DataStax and Esri: Geotemporal IoT Search and Analytics

The How and Why of Fast Data Analytics with Apache Spark

Scalable Data Modeling by Example (Carlos Alonso, Job and Talent) | Cassandra...

Time Series Analytics with Spark: Spark Summit East talk by Simon Ouellette

Similar to Spark with Cassandra by Christopher Batey

Fast track to getting started with DSE Max @ INGDuyhai Doan

PresentationDimitris Stripelis

Apache cassandra and spark. you got the the lighter, let's start the firePatrick McFadin

Cassandra and Spark, closing the gap between no sql and analytics codemotio...Duyhai Doan

TechEvent Apache CassandraTrivadis

Data Science Lab Meetup: Cassandra and SparkChristopher Batey

1 Dundee - Cassandra 101Christopher Batey

Cassandra, web scale no sql data platformMarko Švaljek

Beyond the Query: A Cassandra + Solr + Spark Love Triangle Using Datastax Ent...DataStax Academy

Scylla Summit 2016: Analytics Show Time - Spark and Presto Powered by ScyllaScyllaDB

A Cassandra + Solr + Spark Love Triangle Using DataStax EnterprisePatrick McFadin

Spark & Cassandra - DevFest CórdobaJose Mº Muñoz

Scylla Summit 2022: ScyllaDB Rust Driver: One Driver to Rule Them AllScyllaDB

Cassandra Deep Diver & Data ModelingBrian Enochson

Nike Tech Talk: Double Down on Apache Cassandra and SparkPatrick McFadin

Cassandra and Sparknickmbailey

Lambda at Weather Scale - Cassandra Summit 2015Robbie Strickland

Cassandra + Spark (You’ve got the lighter, let’s start a fire)Robert Stupp

Unlocking Your Hadoop Data with Apache Spark and CDH5SAP Concur

Apache Spark - Dataframes & Spark SQL - Part 1 | Big Data Hadoop Spark Tutori...CloudxLab

Similar to Spark with Cassandra by Christopher Batey (20)

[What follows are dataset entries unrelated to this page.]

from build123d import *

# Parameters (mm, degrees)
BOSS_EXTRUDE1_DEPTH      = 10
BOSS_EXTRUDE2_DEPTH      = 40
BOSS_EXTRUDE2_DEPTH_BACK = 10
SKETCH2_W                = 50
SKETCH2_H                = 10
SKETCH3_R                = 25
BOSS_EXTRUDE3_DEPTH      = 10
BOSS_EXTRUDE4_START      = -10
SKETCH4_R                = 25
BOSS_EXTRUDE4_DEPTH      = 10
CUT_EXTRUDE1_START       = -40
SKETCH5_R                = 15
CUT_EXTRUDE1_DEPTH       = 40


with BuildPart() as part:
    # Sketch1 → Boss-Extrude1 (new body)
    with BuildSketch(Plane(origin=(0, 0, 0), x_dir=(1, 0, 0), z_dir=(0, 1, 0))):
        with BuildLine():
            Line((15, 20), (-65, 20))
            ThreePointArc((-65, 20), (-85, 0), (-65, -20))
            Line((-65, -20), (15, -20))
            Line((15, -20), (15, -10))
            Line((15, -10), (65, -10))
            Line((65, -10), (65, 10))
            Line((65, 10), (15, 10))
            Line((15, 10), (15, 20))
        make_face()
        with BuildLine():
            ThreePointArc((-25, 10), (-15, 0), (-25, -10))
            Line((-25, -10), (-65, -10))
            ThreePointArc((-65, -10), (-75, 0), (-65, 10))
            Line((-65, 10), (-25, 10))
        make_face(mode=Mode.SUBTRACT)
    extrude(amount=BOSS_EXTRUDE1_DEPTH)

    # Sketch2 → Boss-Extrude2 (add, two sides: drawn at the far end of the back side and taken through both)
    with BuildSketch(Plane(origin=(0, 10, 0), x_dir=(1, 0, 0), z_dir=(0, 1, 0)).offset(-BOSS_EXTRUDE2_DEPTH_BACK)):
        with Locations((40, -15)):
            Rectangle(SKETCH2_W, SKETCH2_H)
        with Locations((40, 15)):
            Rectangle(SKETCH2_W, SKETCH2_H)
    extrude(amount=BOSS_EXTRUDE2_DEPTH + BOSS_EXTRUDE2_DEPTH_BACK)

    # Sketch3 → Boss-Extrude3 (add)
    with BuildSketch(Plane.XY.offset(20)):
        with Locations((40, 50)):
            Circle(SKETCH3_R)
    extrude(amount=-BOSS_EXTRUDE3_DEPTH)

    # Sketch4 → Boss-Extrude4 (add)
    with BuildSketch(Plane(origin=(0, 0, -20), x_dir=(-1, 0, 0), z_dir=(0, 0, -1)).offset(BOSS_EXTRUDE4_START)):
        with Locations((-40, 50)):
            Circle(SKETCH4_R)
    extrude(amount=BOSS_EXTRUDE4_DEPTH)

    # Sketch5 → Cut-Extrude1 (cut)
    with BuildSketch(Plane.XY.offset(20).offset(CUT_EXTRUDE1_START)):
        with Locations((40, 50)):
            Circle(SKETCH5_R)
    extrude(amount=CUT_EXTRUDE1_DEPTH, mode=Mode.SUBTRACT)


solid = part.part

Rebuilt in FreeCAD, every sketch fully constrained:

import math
import FreeCAD as App
import Part
import Sketcher
Q = App.Units.Quantity

doc = App.newDocument("Part")
body = doc.addObject("PartDesign::Body", "Body")

# Sketch on XZ plane
sketch1 = body.newObject("Sketcher::SketchObject", "Sketch")
sketch1.AttachmentSupport = (doc.getObject("XZ_Plane"), [""])
sketch1.MapMode = "FlatFace"
sketch1.addGeometry([
    Part.LineSegment(App.Vector(15, -20, 0), App.Vector(-65, -20, 0)),  # 0
    Part.ArcOfCircle(Part.Circle(App.Vector(-65, 0, 0), App.Vector(0, 0, 1), 20), math.radians(90), math.radians(270)),  # 1
    Part.LineSegment(App.Vector(-65, 20, 0), App.Vector(15, 20, 0)),  # 2
    Part.LineSegment(App.Vector(15, 20, 0), App.Vector(15, 10, 0)),  # 3
    Part.LineSegment(App.Vector(15, 10, 0), App.Vector(65, 10, 0)),  # 4
    Part.LineSegment(App.Vector(65, 10, 0), App.Vector(65, -10, 0)),  # 5
    Part.LineSegment(App.Vector(65, -10, 0), App.Vector(15, -10, 0)),  # 6
    Part.LineSegment(App.Vector(15, -10, 0), App.Vector(15, -20, 0)),  # 7
    Part.LineSegment(App.Vector(-65, -10, 0), App.Vector(-25, -10, 0)),  # 8
    Part.ArcOfCircle(Part.Circle(App.Vector(-25, 0, 0), App.Vector(0, 0, 1), 10), math.radians(-90), math.radians(90)),  # 9
    Part.LineSegment(App.Vector(-25, 10, 0), App.Vector(-65, 10, 0)),  # 10
    Part.ArcOfCircle(Part.Circle(App.Vector(-65, 0, 0), App.Vector(0, 0, 1), 10), math.radians(90), math.radians(270)),  # 11
], False)
sketch1.addConstraint([
    Sketcher.Constraint("Tangent", 0, 2, 1, 2),
    Sketcher.Constraint("Tangent", 1, 1, 2, 1),
    Sketcher.Constraint("Coincident", 2, 2, 3, 1),
    Sketcher.Constraint("Coincident", 3, 2, 4, 1),
    Sketcher.Constraint("Coincident", 4, 2, 5, 1),
    Sketcher.Constraint("Coincident", 5, 2, 6, 1),
    Sketcher.Constraint("Coincident", 6, 2, 7, 1),
    Sketcher.Constraint("Coincident", 7, 2, 0, 1),
    Sketcher.Constraint("Tangent", 8, 2, 9, 1),
    Sketcher.Constraint("Tangent", 9, 2, 10, 1),
    Sketcher.Constraint("Tangent", 10, 2, 11, 1),
    Sketcher.Constraint("Tangent", 11, 2, 8, 1),
    Sketcher.Constraint("Horizontal", 0),
    Sketcher.Constraint("Horizontal", 2),
    Sketcher.Constraint("Vertical", 3),
    Sketcher.Constraint("Horizontal", 4),
    Sketcher.Constraint("Vertical", 5),
    Sketcher.Constraint("Horizontal", 6),
    Sketcher.Constraint("Vertical", 7),
    Sketcher.Constraint("Horizontal", 8),
    Sketcher.Constraint("Horizontal", 10),
    Sketcher.Constraint("Coincident", 11, 3, 1, 3),
    Sketcher.Constraint("Symmetric", 5, 2, 10, 2, -1, 1),
    Sketcher.Constraint("Symmetric", 3, 2, 6, 2, -1),
    Sketcher.Constraint("PointOnObject", 1, 3, -1),
    Sketcher.Constraint("Radius", 1, Q("20 mm")),
    Sketcher.Constraint("Radius", 9, Q("10 mm")),
    Sketcher.Constraint("DistanceX", 0, 2, 0, 1, Q("80 mm")),
    Sketcher.Constraint("DistanceX", 4, 1, 4, 2, Q("50 mm")),
    Sketcher.Constraint("DistanceX", 8, 1, 8, 2, Q("40 mm")),
])
pad1 = body.newObject("PartDesign::Pad", "Pad")
pad1.Profile = sketch1
pad1.Length = 10
pad1.Reversed = True

# Sketch on XZ plane
sketch2 = body.newObject("Sketcher::SketchObject", "Sketch001")
sketch2.AttachmentSupport = (doc.getObject("XZ_Plane"), [""])
sketch2.MapMode = "FlatFace"
sketch2.AttachmentOffset = App.Placement(App.Vector(0, 0, -10), App.Rotation())
sketch2.addGeometry([
    Part.LineSegment(App.Vector(15, 10, 0), App.Vector(15, 20, 0)),  # 0
    Part.LineSegment(App.Vector(15, 20, 0), App.Vector(65, 20, 0)),  # 1
    Part.LineSegment(App.Vector(65, 20, 0), App.Vector(65, 10, 0)),  # 2
    Part.LineSegment(App.Vector(65, 10, 0), App.Vector(15, 10, 0)),  # 3
    Part.LineSegment(App.Vector(15, -20, 0), App.Vector(15, -10, 0)),  # 4
    Part.LineSegment(App.Vector(15, -10, 0), App.Vector(65, -10, 0)),  # 5
    Part.LineSegment(App.Vector(65, -10, 0), App.Vector(65, -20, 0)),  # 6
    Part.LineSegment(App.Vector(65, -20, 0), App.Vector(15, -20, 0)),  # 7
], False)
sketch2.addConstraint([
    Sketcher.Constraint("Coincident", 0, 2, 1, 1),
    Sketcher.Constraint("Coincident", 1, 2, 2, 1),
    Sketcher.Constraint("Coincident", 2, 2, 3, 1),
    Sketcher.Constraint("Coincident", 3, 2, 0, 1),
    Sketcher.Constraint("Coincident", 4, 2, 5, 1),
    Sketcher.Constraint("Coincident", 5, 2, 6, 1),
    Sketcher.Constraint("Coincident", 6, 2, 7, 1),
    Sketcher.Constraint("Coincident", 7, 2, 4, 1),
    Sketcher.Constraint("Vertical", 0),
    Sketcher.Constraint("Horizontal", 1),
    Sketcher.Constraint("Vertical", 2),
    Sketcher.Constraint("Horizontal", 3),
    Sketcher.Constraint("Vertical", 4),
    Sketcher.Constraint("Horizontal", 5),
    Sketcher.Constraint("Vertical", 6),
    Sketcher.Constraint("Horizontal", 7),
    Sketcher.Constraint("Symmetric", 3, 2, 4, 2, -1),
    Sketcher.Constraint("Symmetric", 1, 2, 6, 2, -1),
    Sketcher.Constraint("DistanceX", 1, 1, 1, 2, Q("50 mm")),
    Sketcher.Constraint("DistanceY", 0, 1, 0, 2, Q("10 mm")),
    Sketcher.Constraint("DistanceX", -1, 1, 0, 2, Q("15 mm")),
    Sketcher.Constraint("DistanceY", -1, 1, 0, 2, Q("20 mm")),
])
pad2 = body.newObject("PartDesign::Pad", "Pad001")
pad2.Profile = sketch2
pad2.Type = "TwoLengths"
pad2.Length = 40
pad2.Length2 = 10
pad2.Reversed = True

# Sketch on XY plane
sketch3 = body.newObject("Sketcher::SketchObject", "Sketch002")
sketch3.AttachmentSupport = (doc.getObject("XY_Plane"), [""])
sketch3.MapMode = "FlatFace"
sketch3.AttachmentOffset = App.Placement(App.Vector(0, 0, 20), App.Rotation())
sketch3.addGeometry(Part.Circle(App.Vector(40, 50, 0), App.Vector(0, 0, 1), 25), False)
sketch3.addConstraint([
    Sketcher.Constraint("Diameter", 0, Q("50 mm")),
    Sketcher.Constraint("DistanceX", -1, 1, 0, 3, Q("40 mm")),
    Sketcher.Constraint("DistanceY", -1, 1, 0, 3, Q("50 mm")),
])
pad3 = body.newObject("PartDesign::Pad", "Pad002")
pad3.Profile = sketch3
pad3.Length = 10
pad3.Reversed = True

# Sketch on XY plane
sketch4 = body.newObject("Sketcher::SketchObject", "Sketch003")
sketch4.AttachmentSupport = (doc.getObject("XY_Plane"), [""])
sketch4.MapMode = "FlatFace"
sketch4.AttachmentOffset = App.Placement(App.Vector(0, 0, -10), App.Rotation())
sketch4.addGeometry(Part.Circle(App.Vector(40, 50, 0), App.Vector(0, 0, 1), 25), False)
sketch4.addConstraint([
    Sketcher.Constraint("Diameter", 0, Q("50 mm")),
    Sketcher.Constraint("DistanceX", -1, 1, 0, 3, Q("40 mm")),
    Sketcher.Constraint("DistanceY", -1, 1, 0, 3, Q("50 mm")),
])
pad4 = body.newObject("PartDesign::Pad", "Pad003")
pad4.Profile = sketch4
pad4.Length = 10
pad4.Reversed = True

# Sketch on XY plane
sketch5 = body.newObject("Sketcher::SketchObject", "Sketch004")
sketch5.AttachmentSupport = (doc.getObject("XY_Plane"), [""])
sketch5.MapMode = "FlatFace"
sketch5.AttachmentOffset = App.Placement(App.Vector(0, 0, -20), App.Rotation())
sketch5.addGeometry(Part.Circle(App.Vector(40, 50, 0), App.Vector(0, 0, 1), 15), False)
sketch5.addConstraint([
    Sketcher.Constraint("Diameter", 0, Q("30 mm")),
    Sketcher.Constraint("DistanceX", -1, 1, 0, 3, Q("40 mm")),
    Sketcher.Constraint("DistanceY", -1, 1, 0, 3, Q("50 mm")),
])
pocket1 = body.newObject("PartDesign::Pocket", "Pocket")
pocket1.Profile = sketch5
pocket1.Length = 40
pocket1.Reversed = True

doc.recompute()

Fast track to getting started with DSE Max @ ING

Presentation

Apache cassandra and spark. you got the the lighter, let's start the fire

Cassandra and Spark, closing the gap between no sql and analytics codemotio...

TechEvent Apache Cassandra

Data Science Lab Meetup: Cassandra and Spark

1 Dundee - Cassandra 101

Cassandra, web scale no sql data platform

Beyond the Query: A Cassandra + Solr + Spark Love Triangle Using Datastax Ent...

Scylla Summit 2016: Analytics Show Time - Spark and Presto Powered by Scylla

A Cassandra + Solr + Spark Love Triangle Using DataStax Enterprise

Spark & Cassandra - DevFest Córdoba

Scylla Summit 2022: ScyllaDB Rust Driver: One Driver to Rule Them All

Cassandra Deep Diver & Data Modeling

Nike Tech Talk: Double Down on Apache Cassandra and Spark

Cassandra and Spark

Lambda at Weather Scale - Cassandra Summit 2015

Cassandra + Spark (You’ve got the lighter, let’s start a fire)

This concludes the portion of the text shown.